## What is needed
What you return should match the data below exactly, line for line.

## Dataset excerpts
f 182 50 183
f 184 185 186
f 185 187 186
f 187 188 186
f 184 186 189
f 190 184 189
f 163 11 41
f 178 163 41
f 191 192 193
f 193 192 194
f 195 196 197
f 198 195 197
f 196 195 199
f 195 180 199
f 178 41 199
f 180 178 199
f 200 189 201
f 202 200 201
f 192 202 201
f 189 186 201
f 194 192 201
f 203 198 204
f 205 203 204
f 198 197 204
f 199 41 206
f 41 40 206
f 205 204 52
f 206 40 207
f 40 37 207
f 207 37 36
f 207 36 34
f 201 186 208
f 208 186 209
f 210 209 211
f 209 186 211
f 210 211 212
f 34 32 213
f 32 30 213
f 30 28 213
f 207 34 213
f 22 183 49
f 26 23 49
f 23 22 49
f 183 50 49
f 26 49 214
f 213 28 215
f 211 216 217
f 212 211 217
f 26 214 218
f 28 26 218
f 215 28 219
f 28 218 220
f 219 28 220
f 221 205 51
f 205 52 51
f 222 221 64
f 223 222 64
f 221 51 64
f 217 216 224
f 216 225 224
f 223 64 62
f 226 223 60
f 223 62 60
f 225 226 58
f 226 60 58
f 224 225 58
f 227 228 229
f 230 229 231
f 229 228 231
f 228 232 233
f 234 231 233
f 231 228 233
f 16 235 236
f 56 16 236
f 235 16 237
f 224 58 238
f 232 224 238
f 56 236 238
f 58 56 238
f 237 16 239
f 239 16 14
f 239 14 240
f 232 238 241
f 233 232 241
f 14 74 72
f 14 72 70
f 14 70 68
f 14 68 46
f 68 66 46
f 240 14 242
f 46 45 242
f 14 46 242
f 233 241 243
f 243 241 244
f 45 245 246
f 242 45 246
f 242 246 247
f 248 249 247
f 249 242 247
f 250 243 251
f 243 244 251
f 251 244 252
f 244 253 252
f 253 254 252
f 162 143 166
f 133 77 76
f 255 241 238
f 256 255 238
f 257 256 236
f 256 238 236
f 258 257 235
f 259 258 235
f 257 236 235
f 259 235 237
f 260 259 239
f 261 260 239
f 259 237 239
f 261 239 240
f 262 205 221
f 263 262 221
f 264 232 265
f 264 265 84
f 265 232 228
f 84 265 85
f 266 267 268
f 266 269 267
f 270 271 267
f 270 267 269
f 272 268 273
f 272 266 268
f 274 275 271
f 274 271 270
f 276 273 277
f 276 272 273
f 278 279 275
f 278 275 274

## Written solution
f 182 50 183
f 184 185 186
f 185 187 186
f 187 188 186
f 184 186 189
f 190 184 189
f 163 11 41
f 178 163 41
f 191 192 193
f 193 192 194
f 195 196 197
f 198 195 197
f 196 195 199
f 195 180 199
f 178 41 199
f 180 178 199
f 200 189 201
f 202 200 201
f 192 202 201
f 189 186 201
f 194 192 201
f 203 198 204
f 205 203 204
f 198 197 204
f 199 41 206
f 41 40 206
f 205 204 52
f 206 40 207
f 40 37 207
f 207 37 36
f 207 36 34
f 201 186 208
f 208 186 209
f 210 209 211
f 209 186 211
f 210 211 212
f 34 32 213
f 32 30 213
f 30 28 213
f 207 34 213
f 22 183 49
f 26 23 49
f 23 22 49
f 183 50 49
f 26 49 214
f 213 28 215
f 211 216 217
f 212 211 217
f 26 214 218
f 28 26 218
f 215 28 219
f 28 218 220
f 219 28 220
f 221 205 51
f 205 52 51
f 222 221 64
f 223 222 64
f 221 51 64
f 217 216 224
f 216 225 224
f 223 64 62
f 226 223 60
f 223 62 60
f 225 226 58
f 226 60 58
f 224 225 58
f 227 228 229
f 230 229 231
f 229 228 231
f 228 232 233
f 234 231 233
f 231 228 233
f 16 235 236
f 56 16 236
f 235 16 237
f 224 58 238
f 232 224 238
f 56 236 238
f 58 56 238
f 237 16 239
f 239 16 14
f 239 14 240
f 232 238 241
f 233 232 241
f 14 74 72
f 14 72 70
f 14 70 68
f 14 68 46
f 68 66 46
f 240 14 242
f 46 45 242
f 14 46 242
f 233 241 243
f 243 241 244
f 45 245 246
f 242 45 246
f 242 246 247
f 248 249 247
f 249 242 247
f 250 243 251
f 243 244 251
f 251 244 252
f 244 253 252
f 253 254 252
f 162 143 166
f 133 77 76
f 255 241 238
f 256 255 238
f 257 256 236
f 256 238 236
f 258 257 235
f 259 258 235
f 257 236 235
f 259 235 237
f 260 259 239
f 261 260 239
f 259 237 239
f 261 239 240
f 262 205 221
f 263 262 221
f 264 232 265
f 264 265 84
f 265 232 228
f 84 265 85
f 266 267 268
f 266 269 267
f 270 271 267
f 270 267 269
f 272 268 273
f 272 266 268
f 274 275 271
f 274 271 270
f 276 273 277
f 276 272 273
f 278 279 275
f 278 275 274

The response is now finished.